Катенька поняла, что сейчас она снова пойдёт обновлять соль на ранах. Нужно чем-то себя отвлечь, например, убрать в комнате. Весь пол завален обрывками дорогого глянцевого журнала. Толстые страницы рвались неохотно, только по одной за раз – и это было удачно. Катенька смогла израсходовать всю накопленную ярость на один-единственный номер «Космо».

Когда обрывки на полу заняли положенное им место в мешке для мусора, Катенька подняла глаза на стену. Ещё одну бумажку следовало бы сорвать и отправить в утиль, но она медлила. На бумажке были написаны четыре цифры: 38–02. Номер той чёртовой машины, который должен был определить судьбу Леденцова и Катеньки. Ей всё казалось, что есть способ свести эти цифры к общему знаменателю (или как оно там называется?). Ответ плавал где-то рядом, следовало выполнить всего одно действие – и круглое, помпезное 38 превратилось бы в маленькое тревожное 02.

Катенька не стала срывать листок. Она снова подошла к окну, прижалась к стеклу лбом, да так и стояла, уставившись в одну точку. Постепенно эта точка проступила сквозь серую мокроту. Она оказалась куполом строящейся церкви, вроде бы православной.
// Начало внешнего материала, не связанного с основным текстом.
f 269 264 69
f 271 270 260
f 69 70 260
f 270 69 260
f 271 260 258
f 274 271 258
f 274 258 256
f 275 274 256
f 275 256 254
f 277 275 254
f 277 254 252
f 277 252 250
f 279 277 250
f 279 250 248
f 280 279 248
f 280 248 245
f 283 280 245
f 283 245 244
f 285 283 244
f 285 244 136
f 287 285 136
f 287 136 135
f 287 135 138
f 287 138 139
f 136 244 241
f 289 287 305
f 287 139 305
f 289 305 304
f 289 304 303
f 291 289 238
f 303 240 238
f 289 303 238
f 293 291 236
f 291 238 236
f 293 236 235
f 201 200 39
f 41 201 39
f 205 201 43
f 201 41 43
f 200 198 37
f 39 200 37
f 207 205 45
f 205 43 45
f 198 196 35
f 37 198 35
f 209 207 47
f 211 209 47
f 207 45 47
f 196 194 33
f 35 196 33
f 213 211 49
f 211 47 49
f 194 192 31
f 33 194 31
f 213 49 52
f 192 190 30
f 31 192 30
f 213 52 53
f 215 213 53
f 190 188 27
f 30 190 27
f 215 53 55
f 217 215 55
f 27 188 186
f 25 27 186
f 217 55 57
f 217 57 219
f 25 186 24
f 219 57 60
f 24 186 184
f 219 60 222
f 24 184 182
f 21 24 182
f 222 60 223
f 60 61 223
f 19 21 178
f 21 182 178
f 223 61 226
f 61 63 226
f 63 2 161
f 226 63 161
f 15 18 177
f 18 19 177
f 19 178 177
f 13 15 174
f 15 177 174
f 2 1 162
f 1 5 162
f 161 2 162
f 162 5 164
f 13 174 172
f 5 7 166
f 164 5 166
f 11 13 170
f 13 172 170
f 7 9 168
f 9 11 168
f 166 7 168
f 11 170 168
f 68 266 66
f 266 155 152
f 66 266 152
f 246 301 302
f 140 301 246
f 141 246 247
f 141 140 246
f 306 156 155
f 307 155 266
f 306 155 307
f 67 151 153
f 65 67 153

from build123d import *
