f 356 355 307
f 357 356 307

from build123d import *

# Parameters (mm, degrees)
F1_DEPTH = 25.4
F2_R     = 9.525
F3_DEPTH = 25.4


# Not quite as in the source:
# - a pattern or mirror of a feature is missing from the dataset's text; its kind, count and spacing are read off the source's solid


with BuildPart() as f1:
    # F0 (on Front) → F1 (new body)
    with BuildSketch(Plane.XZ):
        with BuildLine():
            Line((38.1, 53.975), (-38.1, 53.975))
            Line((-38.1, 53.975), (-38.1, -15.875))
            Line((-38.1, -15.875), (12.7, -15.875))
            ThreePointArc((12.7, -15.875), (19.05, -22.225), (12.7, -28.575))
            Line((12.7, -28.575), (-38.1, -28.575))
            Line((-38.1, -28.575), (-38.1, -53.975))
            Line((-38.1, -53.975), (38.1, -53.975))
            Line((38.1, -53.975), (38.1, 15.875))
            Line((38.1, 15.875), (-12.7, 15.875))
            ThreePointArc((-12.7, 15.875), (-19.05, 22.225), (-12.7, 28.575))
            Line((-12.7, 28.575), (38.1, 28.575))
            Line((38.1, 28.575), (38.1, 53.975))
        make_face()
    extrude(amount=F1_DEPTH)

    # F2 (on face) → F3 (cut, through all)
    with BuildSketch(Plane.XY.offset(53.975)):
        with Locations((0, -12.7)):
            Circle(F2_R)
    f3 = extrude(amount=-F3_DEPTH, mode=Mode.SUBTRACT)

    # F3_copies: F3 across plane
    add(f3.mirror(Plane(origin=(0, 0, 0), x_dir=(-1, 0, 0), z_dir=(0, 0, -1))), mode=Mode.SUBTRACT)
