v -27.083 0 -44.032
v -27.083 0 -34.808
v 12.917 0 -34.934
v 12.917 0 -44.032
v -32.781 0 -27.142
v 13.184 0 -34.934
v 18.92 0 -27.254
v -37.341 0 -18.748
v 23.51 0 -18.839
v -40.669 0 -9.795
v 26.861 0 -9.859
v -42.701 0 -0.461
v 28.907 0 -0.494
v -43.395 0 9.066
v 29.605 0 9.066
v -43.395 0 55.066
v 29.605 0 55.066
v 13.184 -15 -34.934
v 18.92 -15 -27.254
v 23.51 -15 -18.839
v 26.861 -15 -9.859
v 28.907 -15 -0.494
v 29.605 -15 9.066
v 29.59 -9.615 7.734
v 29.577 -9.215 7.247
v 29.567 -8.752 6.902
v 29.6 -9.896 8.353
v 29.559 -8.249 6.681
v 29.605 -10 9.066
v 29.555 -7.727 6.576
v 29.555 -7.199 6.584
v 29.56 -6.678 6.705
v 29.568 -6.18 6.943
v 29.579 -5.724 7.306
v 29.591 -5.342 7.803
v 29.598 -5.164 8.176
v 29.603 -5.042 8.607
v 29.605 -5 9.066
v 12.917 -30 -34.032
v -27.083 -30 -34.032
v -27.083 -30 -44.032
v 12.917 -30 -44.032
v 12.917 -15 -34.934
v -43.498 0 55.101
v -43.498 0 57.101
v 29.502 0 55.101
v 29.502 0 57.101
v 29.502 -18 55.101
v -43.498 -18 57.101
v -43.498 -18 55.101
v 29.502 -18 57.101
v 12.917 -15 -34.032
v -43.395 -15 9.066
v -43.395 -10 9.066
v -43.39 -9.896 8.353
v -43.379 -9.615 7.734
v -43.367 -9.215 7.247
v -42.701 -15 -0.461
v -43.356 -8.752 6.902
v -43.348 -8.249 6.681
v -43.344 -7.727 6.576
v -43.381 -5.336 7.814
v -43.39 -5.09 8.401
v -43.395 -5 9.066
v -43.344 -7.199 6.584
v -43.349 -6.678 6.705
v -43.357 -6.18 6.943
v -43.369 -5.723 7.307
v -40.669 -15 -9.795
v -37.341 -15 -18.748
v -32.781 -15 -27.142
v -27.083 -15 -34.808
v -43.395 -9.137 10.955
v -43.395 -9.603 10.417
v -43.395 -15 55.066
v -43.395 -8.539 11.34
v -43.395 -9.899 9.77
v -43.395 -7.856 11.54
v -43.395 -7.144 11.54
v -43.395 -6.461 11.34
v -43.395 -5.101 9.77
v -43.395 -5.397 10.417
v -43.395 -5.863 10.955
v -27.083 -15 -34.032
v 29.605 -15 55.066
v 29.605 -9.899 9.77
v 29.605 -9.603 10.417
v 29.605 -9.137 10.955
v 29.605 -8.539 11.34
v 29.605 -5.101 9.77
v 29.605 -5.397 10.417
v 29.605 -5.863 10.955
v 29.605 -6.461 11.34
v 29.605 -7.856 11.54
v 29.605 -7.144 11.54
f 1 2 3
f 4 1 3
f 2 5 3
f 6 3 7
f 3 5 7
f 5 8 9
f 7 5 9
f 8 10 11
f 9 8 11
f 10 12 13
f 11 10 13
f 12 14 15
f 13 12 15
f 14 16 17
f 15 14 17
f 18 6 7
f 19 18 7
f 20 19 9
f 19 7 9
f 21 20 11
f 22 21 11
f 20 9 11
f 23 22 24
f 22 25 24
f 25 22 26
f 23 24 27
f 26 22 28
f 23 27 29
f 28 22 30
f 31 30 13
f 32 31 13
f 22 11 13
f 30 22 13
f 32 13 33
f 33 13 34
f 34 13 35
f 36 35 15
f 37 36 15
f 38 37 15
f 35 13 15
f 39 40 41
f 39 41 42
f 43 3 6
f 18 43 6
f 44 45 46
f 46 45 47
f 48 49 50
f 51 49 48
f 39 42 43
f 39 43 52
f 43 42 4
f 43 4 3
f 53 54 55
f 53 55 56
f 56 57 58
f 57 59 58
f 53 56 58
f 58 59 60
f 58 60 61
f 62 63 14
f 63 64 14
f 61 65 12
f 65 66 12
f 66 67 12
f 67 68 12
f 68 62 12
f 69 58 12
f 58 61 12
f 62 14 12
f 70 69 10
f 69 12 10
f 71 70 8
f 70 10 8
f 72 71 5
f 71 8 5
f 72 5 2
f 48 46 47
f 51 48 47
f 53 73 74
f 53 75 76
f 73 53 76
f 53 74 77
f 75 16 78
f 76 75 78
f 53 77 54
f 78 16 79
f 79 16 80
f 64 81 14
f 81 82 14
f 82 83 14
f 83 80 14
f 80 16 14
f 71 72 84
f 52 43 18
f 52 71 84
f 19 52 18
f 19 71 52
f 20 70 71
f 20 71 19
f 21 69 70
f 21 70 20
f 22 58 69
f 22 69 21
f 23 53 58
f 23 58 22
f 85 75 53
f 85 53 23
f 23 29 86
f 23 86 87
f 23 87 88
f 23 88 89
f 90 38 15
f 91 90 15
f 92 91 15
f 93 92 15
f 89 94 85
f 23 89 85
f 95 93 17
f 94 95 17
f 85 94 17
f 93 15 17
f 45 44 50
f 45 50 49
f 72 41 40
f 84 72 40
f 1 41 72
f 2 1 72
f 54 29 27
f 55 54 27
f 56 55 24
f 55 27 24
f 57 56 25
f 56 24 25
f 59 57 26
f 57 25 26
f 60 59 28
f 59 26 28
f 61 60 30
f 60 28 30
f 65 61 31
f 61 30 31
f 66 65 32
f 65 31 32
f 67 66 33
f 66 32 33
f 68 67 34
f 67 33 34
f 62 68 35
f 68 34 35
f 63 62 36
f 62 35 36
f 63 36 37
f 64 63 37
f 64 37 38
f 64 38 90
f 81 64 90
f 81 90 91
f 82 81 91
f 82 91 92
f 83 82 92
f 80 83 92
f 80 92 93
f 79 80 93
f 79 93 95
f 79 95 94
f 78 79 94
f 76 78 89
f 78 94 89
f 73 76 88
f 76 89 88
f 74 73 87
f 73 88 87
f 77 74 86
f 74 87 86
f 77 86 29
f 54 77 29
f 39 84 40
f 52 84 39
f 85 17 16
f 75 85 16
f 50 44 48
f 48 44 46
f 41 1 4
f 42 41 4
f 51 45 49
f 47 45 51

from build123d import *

# Parameters (mm, degrees)
F4_DEPTH = 15
F2_W     = 40
F2_H     = 10
F5_DEPTH = 30
F3_W     = 73
F3_H     = 2
F6_DEPTH = 18
F8_DEPTH = 88


with BuildPart() as f4:
    # F1 (on Front) → F4 (new body)
    with BuildSketch(Plane.XZ):
        with BuildLine():
            ThreePointArc((-43.3947380185, 9.0657884777), (-39.1345579648, -14.4084319097), (-26.9739441574, -34.9342115223))
            Line((-26.9739441574, -34.9342115223), (13.1844681203, -34.9342115223))
            ThreePointArc((13.1844681203, -34.9342115223), (25.3450819278, -14.4084319097), (29.6052619815, 9.0657884777))
            Line((29.6052619815, 9.0657884777), (29.6052619815, 53.0657884777))
            Line((29.6052619815, 53.0657884777), (29.6052619815, 55.0657884777))
            Line((29.6052619815, 55.0657884777), (-43.3947380185, 55.0657884777))
            Line((-43.3947380185, 55.0657884777), (-43.3947380185, 53.0657884777))
            Line((-43.3947380185, 53.0657884777), (-43.3947380185, 9.0657884777))
        make_face()
    extrude(amount=F4_DEPTH)

    # F2 (on Front) → F5 (join)
    with BuildSketch(Plane.XZ):
        with Locations((-7.0826117694, -39.0322719514)):
            Rectangle(F2_W, F2_H)
    extrude(amount=F5_DEPTH)

    # F7 (on face) → F8 (cut)
    with BuildSketch(Plane.YZ.offset(29.6052619815)):
        with BuildLine():
            Line((-10, 9.0657884777), (-5, 9.0657884777))
            ThreePointArc((-5, 9.0657884777), (-7.5, 11.5657884777), (-10, 9.0657884777))
        make_face()
        with BuildLine():
            ThreePointArc((-10, 9.0657884777), (-7.5, 6.5657884777), (-5, 9.0657884777))
            Line((-5, 9.0657884777), (-10, 9.0657884777))
        make_face()
    extrude(amount=-F8_DEPTH, mode=Mode.SUBTRACT)


with BuildPart() as f6:
    # F3 (on Front) → F6 (new body)
    with BuildSketch(Plane.XZ):
        with Locations((-6.9982702136, 56.1007837057)):
            Rectangle(F3_W, F3_H)
    extrude(amount=F6_DEPTH)


solid = Compound([f4.part, f6.part])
Катенька не слишком в этом всем разбиралась, но сейчас вдруг обратилась к дырявому куполу с речью:

– Слушай, Бог, я никогда тебе ничего не говорила… Сделай для меня одну вещь. Нет, не возвращай мне Палыча. Всё равно уйдёт. Только сделай так, чтобы он сегодня вечером оказался у меня. Я его обниму крепко-крепко и не отпущу никуда. Он возьмёт себе отпуск на неделю, и всю неделю мы будем только вдвоём. Только неделю, ладно?

Довольно долго ничего не было слышно. Потом на дереве под окном мерзко, с бульканием каркнула ворона.
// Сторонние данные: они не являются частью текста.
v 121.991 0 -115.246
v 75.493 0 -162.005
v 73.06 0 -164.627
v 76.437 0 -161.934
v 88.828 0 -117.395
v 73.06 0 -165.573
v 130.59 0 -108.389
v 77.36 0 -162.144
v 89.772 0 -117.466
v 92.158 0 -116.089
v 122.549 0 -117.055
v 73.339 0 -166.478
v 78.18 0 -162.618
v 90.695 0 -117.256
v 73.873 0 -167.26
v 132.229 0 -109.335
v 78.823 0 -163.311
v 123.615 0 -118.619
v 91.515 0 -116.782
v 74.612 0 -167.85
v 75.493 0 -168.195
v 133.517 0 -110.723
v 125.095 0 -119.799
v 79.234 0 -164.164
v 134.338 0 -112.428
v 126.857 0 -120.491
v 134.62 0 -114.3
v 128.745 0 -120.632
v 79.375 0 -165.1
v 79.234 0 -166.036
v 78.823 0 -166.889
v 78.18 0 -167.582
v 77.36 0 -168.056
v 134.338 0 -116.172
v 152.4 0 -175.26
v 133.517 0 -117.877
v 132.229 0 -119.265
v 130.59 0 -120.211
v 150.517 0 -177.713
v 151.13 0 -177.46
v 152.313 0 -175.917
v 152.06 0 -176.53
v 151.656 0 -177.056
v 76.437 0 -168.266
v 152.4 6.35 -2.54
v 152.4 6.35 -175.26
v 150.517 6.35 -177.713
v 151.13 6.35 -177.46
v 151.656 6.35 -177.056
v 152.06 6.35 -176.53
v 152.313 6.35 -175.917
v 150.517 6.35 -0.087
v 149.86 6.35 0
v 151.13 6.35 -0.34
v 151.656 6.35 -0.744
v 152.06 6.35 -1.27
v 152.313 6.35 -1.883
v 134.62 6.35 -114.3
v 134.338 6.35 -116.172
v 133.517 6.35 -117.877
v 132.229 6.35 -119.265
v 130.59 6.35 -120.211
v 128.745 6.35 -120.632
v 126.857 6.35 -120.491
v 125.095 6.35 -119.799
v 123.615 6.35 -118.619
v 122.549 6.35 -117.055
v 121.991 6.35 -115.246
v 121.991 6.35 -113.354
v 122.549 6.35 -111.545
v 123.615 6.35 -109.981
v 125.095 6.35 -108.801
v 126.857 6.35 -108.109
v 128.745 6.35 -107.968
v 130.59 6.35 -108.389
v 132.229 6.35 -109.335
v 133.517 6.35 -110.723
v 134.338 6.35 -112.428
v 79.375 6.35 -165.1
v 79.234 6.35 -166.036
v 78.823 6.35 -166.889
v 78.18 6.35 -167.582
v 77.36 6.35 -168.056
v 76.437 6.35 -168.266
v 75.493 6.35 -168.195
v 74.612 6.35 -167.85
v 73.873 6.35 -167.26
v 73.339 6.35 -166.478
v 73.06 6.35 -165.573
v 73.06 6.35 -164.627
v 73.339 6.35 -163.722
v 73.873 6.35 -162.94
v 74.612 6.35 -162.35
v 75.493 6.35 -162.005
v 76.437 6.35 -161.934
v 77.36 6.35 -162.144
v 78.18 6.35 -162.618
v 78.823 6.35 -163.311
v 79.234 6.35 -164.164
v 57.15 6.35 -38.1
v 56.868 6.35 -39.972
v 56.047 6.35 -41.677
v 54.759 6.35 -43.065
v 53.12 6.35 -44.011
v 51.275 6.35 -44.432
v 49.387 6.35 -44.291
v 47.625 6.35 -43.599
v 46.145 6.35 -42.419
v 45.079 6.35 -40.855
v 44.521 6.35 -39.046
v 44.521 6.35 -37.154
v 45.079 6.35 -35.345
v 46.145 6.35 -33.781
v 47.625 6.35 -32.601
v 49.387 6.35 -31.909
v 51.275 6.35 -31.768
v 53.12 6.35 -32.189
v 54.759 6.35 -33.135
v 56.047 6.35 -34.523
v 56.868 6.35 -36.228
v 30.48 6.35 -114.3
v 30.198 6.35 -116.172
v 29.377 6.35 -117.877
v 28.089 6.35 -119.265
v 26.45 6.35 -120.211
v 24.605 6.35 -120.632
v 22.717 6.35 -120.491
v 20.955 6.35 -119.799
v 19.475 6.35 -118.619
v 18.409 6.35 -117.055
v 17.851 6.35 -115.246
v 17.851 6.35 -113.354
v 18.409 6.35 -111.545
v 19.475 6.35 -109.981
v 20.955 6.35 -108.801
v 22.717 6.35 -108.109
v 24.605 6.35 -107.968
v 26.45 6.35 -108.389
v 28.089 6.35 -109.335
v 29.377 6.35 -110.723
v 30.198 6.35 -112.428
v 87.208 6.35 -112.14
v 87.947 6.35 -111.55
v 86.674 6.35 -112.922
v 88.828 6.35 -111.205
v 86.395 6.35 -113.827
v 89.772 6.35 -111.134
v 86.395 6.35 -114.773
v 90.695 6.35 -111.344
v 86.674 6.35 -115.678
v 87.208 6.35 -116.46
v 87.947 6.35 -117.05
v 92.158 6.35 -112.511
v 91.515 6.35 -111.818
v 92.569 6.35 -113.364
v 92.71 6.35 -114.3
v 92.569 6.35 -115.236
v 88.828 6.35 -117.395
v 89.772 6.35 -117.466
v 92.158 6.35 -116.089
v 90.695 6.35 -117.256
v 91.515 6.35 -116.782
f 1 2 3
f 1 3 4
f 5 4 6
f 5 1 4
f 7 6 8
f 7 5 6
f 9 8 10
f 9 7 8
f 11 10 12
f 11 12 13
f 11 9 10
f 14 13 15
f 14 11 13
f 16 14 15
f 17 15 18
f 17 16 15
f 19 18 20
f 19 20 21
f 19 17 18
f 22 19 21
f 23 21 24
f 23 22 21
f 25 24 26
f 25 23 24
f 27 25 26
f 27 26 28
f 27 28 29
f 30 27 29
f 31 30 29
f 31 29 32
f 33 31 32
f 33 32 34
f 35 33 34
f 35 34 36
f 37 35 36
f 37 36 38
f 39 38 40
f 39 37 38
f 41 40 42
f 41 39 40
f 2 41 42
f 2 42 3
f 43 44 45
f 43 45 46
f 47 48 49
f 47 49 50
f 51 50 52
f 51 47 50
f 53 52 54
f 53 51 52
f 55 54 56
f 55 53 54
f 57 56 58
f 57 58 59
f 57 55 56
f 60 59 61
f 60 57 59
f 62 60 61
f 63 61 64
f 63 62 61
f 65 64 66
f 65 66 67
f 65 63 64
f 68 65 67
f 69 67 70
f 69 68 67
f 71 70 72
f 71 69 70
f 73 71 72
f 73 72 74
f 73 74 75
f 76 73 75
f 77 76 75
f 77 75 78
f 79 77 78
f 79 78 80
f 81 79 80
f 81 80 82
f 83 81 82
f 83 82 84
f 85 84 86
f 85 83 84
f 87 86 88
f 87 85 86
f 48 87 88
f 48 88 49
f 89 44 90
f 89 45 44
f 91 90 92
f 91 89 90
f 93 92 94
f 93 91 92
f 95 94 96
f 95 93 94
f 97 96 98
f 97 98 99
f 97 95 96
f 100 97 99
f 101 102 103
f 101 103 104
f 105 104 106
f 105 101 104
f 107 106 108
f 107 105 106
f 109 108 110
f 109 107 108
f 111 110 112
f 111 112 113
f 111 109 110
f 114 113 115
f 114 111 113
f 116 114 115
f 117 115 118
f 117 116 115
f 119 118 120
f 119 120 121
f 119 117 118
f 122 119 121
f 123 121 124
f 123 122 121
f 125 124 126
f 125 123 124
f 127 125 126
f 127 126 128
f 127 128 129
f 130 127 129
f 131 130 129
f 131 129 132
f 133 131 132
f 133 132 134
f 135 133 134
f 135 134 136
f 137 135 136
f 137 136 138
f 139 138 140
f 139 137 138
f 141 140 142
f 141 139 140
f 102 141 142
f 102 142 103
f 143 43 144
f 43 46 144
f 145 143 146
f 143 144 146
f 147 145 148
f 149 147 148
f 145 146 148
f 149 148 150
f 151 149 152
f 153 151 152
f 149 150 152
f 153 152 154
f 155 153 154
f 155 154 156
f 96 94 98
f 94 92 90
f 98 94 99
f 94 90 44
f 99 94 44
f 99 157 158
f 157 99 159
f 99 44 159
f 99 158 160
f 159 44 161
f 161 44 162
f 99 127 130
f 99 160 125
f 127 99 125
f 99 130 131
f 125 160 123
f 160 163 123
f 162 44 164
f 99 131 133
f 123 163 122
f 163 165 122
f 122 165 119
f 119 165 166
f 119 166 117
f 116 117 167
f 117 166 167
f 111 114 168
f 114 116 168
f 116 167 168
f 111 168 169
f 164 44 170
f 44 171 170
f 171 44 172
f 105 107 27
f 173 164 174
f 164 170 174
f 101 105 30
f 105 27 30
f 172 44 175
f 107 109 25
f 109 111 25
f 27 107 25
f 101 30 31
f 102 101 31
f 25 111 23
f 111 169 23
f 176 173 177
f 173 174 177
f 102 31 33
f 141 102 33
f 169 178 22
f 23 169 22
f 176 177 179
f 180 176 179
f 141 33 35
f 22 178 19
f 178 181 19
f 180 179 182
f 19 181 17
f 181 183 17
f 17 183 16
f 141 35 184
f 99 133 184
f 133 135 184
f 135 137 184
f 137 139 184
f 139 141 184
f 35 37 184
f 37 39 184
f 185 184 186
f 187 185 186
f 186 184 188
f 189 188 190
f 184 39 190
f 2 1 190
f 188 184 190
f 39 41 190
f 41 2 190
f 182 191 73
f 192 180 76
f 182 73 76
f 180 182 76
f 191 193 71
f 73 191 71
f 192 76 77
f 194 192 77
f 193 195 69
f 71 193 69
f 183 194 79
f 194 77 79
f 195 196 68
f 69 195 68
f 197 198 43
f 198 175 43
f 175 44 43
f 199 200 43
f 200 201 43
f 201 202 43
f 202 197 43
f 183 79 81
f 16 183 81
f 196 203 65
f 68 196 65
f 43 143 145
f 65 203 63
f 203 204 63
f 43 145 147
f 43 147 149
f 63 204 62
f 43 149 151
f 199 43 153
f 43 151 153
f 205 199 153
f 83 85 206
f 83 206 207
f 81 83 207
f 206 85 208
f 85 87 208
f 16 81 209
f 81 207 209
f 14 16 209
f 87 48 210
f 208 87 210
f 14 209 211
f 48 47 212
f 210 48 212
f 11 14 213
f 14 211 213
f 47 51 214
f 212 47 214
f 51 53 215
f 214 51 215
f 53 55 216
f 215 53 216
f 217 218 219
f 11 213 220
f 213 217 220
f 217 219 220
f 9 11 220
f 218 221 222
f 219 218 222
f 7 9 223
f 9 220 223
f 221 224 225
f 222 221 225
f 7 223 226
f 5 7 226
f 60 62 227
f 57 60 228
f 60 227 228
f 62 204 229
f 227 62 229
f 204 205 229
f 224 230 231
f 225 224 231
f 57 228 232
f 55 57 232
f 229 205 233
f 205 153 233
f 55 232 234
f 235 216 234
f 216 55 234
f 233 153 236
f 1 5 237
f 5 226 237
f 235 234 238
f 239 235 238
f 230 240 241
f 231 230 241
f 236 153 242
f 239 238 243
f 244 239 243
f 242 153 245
В квартире никого не было, но Катеньке стало стыдно и противно. Она отвернулась от окна и пошла мыть пол. «Не нужно было отгул брать, – подумала Катенька, – на работе как-то отвлекаешься».

7

Иван Иванович с живым интересом наблюдал, как солидный директор солидного предприятия господин Леденцов хвастает паранормальными способностями. Особенно Емельян Павлович упирал на пиво – видно, оно здорово впечатлило директора.

– Замечательно, – сказал Иван Иванович, – я так и думал.

– О чём? – насторожился Леденцов.

– Что процесс вас увлечёт. По психотипу вы иррационал: процесс важнее результата.

Емельян Павлович искоса посмотрел на человека, которого недавно считал сумасшедшим. И сомнения пока не развеялись.

– Не обижайтесь, – сказал Иван Иванович. – Это не недостаток. Наоборот, это даже хорошо, что вы не рационал. Не позволите ли списочек – полюбопытствовать?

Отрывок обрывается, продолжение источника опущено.